- **WHAT THE TASK ASKS**: Print each line from the start of the records below up through the line where "SALIENTE_EXTRUIR1_DEPTH = 15" is found, exactly as given.

(Saved data entries)
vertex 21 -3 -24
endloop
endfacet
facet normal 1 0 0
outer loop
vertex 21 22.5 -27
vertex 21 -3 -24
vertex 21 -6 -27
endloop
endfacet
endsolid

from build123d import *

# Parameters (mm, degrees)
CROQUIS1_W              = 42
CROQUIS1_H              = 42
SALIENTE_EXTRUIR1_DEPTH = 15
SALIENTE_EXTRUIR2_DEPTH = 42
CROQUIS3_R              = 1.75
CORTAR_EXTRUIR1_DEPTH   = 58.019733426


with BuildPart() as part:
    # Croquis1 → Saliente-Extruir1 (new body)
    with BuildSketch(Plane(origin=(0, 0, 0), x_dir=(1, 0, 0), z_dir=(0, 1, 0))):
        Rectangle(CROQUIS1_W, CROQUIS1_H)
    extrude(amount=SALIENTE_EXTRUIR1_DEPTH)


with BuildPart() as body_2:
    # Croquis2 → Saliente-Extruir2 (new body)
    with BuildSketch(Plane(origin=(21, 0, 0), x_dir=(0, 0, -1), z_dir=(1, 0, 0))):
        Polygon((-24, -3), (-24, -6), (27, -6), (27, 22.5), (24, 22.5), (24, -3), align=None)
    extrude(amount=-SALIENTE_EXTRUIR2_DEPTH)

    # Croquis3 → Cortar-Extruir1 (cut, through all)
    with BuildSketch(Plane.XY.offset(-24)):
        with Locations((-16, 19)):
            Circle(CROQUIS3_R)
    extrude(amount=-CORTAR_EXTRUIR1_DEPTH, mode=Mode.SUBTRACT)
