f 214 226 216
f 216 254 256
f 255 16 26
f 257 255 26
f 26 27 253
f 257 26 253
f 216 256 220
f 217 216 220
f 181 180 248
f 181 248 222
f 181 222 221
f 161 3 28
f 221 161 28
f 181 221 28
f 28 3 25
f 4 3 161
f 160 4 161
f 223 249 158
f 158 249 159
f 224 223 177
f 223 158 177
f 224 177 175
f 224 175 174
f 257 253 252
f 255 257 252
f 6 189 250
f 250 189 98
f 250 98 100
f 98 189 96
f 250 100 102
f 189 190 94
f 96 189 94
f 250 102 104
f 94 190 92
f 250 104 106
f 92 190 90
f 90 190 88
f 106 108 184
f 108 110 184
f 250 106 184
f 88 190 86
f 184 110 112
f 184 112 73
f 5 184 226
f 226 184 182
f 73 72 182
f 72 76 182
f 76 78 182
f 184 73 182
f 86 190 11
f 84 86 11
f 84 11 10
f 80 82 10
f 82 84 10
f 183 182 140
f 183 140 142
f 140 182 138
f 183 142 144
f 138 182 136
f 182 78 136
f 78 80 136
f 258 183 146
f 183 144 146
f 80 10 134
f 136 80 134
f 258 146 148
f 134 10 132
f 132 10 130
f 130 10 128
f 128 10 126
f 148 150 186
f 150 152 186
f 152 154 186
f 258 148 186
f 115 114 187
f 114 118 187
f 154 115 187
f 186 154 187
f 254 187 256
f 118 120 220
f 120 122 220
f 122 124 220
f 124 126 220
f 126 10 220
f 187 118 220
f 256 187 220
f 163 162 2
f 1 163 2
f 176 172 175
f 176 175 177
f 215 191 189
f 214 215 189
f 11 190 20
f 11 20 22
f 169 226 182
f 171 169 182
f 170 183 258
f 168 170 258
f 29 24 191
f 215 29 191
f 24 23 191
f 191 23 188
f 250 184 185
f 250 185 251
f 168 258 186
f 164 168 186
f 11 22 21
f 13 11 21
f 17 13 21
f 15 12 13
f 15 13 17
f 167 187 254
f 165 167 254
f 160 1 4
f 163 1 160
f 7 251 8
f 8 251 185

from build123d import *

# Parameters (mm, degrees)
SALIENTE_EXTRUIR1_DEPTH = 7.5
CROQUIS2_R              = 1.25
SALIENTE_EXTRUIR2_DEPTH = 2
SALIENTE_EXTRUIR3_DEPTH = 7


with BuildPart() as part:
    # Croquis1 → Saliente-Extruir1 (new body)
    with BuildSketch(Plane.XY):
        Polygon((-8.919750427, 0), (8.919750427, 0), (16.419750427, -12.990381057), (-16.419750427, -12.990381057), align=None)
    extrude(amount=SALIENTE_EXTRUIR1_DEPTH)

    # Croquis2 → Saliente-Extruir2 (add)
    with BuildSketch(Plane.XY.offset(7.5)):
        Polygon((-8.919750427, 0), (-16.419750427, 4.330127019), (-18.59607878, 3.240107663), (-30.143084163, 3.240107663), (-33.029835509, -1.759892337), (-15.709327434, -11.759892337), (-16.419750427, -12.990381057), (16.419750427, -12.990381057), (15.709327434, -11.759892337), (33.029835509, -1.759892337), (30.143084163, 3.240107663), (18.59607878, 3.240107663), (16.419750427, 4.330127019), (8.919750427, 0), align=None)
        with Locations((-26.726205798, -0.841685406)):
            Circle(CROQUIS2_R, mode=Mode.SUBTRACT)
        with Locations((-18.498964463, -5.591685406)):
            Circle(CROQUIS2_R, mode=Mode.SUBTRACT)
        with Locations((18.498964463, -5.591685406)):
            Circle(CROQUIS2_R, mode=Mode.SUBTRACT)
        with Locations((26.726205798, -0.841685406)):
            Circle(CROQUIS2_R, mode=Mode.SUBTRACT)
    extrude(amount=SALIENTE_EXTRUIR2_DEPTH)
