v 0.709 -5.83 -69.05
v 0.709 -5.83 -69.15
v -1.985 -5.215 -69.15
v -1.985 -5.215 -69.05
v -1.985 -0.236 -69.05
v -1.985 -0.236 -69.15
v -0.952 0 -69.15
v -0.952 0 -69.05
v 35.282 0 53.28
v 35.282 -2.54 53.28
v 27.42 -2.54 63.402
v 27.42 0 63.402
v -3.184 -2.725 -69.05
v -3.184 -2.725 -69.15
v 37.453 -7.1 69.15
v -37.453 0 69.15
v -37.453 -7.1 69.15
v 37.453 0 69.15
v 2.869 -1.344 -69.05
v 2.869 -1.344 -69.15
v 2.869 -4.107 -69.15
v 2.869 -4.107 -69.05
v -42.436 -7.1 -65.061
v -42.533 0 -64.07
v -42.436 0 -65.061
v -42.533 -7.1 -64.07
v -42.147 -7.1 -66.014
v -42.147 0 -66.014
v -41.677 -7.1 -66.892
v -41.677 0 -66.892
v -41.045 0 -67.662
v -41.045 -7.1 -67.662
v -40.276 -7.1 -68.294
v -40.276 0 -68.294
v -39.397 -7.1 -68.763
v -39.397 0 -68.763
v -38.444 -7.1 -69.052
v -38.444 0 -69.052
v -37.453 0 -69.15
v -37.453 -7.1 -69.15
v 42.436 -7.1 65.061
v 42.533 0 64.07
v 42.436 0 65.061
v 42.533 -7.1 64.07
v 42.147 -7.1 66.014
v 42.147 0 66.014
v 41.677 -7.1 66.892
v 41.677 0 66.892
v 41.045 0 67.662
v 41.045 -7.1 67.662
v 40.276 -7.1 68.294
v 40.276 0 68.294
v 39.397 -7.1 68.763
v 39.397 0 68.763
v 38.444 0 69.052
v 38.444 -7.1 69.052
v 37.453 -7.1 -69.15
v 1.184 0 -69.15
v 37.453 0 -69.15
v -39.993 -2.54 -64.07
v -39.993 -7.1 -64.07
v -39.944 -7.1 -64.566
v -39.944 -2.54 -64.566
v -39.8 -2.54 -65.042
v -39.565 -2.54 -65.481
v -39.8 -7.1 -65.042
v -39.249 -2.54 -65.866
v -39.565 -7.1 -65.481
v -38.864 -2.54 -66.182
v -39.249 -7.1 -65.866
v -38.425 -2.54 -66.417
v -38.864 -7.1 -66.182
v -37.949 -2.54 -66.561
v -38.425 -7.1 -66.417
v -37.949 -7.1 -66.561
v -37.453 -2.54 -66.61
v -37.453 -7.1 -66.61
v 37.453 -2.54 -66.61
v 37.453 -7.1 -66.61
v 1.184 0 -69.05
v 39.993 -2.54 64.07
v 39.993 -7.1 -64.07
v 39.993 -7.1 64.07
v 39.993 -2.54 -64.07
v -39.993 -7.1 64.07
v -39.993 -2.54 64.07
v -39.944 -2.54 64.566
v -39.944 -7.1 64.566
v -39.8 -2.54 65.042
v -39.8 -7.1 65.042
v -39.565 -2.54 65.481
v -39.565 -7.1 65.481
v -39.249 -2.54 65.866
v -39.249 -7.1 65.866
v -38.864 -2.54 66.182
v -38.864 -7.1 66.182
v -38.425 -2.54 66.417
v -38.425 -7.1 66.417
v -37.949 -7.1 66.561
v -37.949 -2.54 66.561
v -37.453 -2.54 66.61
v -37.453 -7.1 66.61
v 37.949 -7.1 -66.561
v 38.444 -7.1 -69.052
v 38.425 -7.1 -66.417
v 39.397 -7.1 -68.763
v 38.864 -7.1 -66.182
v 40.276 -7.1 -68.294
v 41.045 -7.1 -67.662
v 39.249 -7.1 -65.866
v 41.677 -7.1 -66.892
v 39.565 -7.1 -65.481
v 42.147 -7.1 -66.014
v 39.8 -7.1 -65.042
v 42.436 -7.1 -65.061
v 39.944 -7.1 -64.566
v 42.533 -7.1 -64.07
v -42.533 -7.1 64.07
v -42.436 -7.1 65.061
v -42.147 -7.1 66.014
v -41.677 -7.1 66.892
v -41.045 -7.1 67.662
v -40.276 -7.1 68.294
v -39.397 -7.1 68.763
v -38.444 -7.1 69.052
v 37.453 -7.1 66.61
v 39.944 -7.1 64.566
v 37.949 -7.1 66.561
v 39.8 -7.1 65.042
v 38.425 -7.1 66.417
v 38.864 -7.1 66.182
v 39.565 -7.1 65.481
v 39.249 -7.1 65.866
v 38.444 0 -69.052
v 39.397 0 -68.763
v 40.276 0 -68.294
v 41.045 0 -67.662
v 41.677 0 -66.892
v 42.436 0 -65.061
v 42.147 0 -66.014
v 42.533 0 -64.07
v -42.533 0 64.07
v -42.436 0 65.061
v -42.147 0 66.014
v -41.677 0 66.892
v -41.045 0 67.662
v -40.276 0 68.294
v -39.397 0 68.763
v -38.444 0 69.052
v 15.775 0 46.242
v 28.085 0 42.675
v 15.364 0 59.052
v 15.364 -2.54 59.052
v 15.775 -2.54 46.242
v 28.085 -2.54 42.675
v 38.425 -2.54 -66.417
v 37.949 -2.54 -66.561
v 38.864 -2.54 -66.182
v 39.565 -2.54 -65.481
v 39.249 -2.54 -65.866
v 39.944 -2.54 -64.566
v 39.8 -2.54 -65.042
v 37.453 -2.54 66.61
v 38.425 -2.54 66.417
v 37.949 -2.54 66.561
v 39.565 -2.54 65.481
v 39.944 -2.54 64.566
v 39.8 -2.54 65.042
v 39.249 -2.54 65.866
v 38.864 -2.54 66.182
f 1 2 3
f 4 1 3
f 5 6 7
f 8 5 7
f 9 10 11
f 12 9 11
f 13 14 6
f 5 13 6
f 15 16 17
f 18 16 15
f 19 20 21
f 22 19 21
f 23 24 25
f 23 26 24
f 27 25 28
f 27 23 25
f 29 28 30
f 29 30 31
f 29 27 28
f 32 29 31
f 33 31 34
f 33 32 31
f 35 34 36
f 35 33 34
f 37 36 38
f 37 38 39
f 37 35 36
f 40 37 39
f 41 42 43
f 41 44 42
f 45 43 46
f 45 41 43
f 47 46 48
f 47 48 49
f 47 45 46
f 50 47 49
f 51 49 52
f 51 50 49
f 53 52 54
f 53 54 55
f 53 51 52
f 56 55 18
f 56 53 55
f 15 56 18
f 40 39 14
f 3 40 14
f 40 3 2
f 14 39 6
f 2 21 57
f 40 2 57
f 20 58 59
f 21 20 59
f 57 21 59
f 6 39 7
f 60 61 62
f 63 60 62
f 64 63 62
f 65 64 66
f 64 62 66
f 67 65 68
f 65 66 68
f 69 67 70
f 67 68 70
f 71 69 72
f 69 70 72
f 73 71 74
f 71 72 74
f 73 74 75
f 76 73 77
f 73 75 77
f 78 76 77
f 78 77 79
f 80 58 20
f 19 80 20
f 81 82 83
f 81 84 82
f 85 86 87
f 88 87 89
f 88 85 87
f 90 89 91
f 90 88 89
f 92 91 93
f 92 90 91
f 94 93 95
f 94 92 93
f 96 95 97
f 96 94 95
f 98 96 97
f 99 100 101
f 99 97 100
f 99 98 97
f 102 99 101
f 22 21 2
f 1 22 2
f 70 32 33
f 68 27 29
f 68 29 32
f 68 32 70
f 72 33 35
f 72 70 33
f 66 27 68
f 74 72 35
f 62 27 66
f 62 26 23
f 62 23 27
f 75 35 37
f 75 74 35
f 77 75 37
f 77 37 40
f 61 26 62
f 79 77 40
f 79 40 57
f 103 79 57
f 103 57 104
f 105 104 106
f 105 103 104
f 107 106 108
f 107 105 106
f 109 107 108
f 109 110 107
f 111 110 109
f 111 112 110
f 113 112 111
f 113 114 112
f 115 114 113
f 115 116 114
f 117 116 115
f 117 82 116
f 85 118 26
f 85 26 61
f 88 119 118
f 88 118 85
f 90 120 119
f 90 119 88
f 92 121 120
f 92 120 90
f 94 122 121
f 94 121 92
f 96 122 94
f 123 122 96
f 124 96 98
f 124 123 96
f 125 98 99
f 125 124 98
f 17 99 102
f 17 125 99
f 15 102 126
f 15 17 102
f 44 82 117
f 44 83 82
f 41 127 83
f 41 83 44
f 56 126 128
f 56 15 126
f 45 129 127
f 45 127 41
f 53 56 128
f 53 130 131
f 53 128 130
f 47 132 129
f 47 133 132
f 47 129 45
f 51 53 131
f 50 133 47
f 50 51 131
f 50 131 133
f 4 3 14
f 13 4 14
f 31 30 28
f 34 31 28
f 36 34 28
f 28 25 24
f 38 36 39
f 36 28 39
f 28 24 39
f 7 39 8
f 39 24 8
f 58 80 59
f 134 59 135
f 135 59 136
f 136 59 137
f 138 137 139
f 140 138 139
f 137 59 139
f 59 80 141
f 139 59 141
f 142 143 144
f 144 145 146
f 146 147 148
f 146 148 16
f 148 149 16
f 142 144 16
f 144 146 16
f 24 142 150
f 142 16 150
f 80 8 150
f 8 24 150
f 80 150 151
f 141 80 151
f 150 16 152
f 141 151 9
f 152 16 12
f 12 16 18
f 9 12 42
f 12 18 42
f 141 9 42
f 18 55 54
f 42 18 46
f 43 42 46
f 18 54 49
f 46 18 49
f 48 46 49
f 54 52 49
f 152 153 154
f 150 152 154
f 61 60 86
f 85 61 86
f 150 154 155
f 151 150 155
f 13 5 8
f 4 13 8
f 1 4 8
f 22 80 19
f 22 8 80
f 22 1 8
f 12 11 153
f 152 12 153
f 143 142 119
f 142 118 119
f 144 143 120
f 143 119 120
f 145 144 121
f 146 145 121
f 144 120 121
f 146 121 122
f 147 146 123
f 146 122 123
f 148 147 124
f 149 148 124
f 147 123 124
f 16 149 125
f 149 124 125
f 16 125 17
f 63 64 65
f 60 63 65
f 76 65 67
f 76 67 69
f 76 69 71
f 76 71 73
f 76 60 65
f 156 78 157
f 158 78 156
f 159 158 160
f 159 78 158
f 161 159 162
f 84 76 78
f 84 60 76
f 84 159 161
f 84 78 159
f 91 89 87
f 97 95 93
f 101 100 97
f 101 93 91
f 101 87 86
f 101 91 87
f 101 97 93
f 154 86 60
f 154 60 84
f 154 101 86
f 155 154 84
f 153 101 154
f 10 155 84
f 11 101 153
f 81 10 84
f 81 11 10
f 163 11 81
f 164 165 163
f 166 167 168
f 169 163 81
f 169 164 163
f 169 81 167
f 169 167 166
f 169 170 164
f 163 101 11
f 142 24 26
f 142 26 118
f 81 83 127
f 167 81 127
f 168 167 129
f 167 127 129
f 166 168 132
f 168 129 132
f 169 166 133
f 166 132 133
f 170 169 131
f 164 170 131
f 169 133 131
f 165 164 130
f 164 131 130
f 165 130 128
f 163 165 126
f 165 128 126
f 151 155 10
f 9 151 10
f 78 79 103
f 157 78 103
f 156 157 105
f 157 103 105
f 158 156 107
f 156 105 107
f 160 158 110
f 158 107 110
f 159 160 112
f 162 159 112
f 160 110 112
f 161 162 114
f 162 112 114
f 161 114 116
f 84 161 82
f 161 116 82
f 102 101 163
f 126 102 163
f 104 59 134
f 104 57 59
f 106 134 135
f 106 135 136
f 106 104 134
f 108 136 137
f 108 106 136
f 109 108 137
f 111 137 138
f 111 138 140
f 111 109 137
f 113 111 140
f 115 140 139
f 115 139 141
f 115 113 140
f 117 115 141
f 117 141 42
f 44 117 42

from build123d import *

# Parameters (mm, degrees)
F0_W     = 85.0665410506
F0_H     = 138.3
F1_DEPTH = 7.1
F2_R     = 5.08
F3_T     = -2.54
F5_DEPTH = 25
F8_DEPTH = 0.1


# Not quite as in the source:
# - a feature of the source that left no trace in its solid (it failed there, or was rolled back) is left out


with BuildPart() as f1:
    # F0 (on Front) → F1 (new body)
    with BuildSketch(Plane.XZ):
        Rectangle(F0_W, F0_H)
    extrude(amount=F1_DEPTH)

    # F2
    f2_edges = [f1.edges().sort_by_distance(p)[0] for p in [
        (42.533271, -3.55, -69.15),
        (-42.533271, -3.55, -69.15),
        (42.533271, -3.55, 69.15),
        (-42.533271, -3.55, 69.15),
    ]]
    fillet(f2_edges, radius=F2_R)

    # F3
    f3_openings = [f1.faces().sort_by_distance(p)[0] for p in [
        (0, -7.1, 0),
    ]]
    offset(amount=F3_T, openings=f3_openings)

    # F4 (on face) → F5 (cut)
    with BuildSketch(Plane.XZ.offset(2.54)):
        Polygon((15.775061698, 46.2421439753), (28.0853956244, 42.6747929635), (35.2822504398, 53.2802441743), (27.4198174015, 63.4021245005), (15.3637117341, 59.0523393613), align=None)
    extrude(amount=-F5_DEPTH, mode=Mode.SUBTRACT)

    # F7 (on face) → F8 (cut)
    with BuildSketch(Plane(origin=(0, 0, -69.15), x_dir=(1, 0, 0), z_dir=(0, 0, -1))):
        Polygon((2.8688537423, 1.343842895), (2.8688537423, 4.1069771897), (0.7085483604, 5.8297632436), (-1.9853083886, 5.2149080197), (-3.1841874281, 2.7254100423), (-1.9853083886, 0.235912065), (0.7085483604, -0.3789431589), align=None)
    extrude(amount=-F8_DEPTH, mode=Mode.SUBTRACT)


solid = f1.part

- **YOUR SOLUTION**:
vertex 21 -3 -24
endloop
endfacet
facet normal 1 0 0
outer loop
vertex 21 22.5 -27
vertex 21 -3 -24
vertex 21 -6 -27
endloop
endfacet
endsolid

from build123d import *

# Parameters (mm, degrees)
CROQUIS1_W              = 42
CROQUIS1_H              = 42
SALIENTE_EXTRUIR1_DEPTH = 15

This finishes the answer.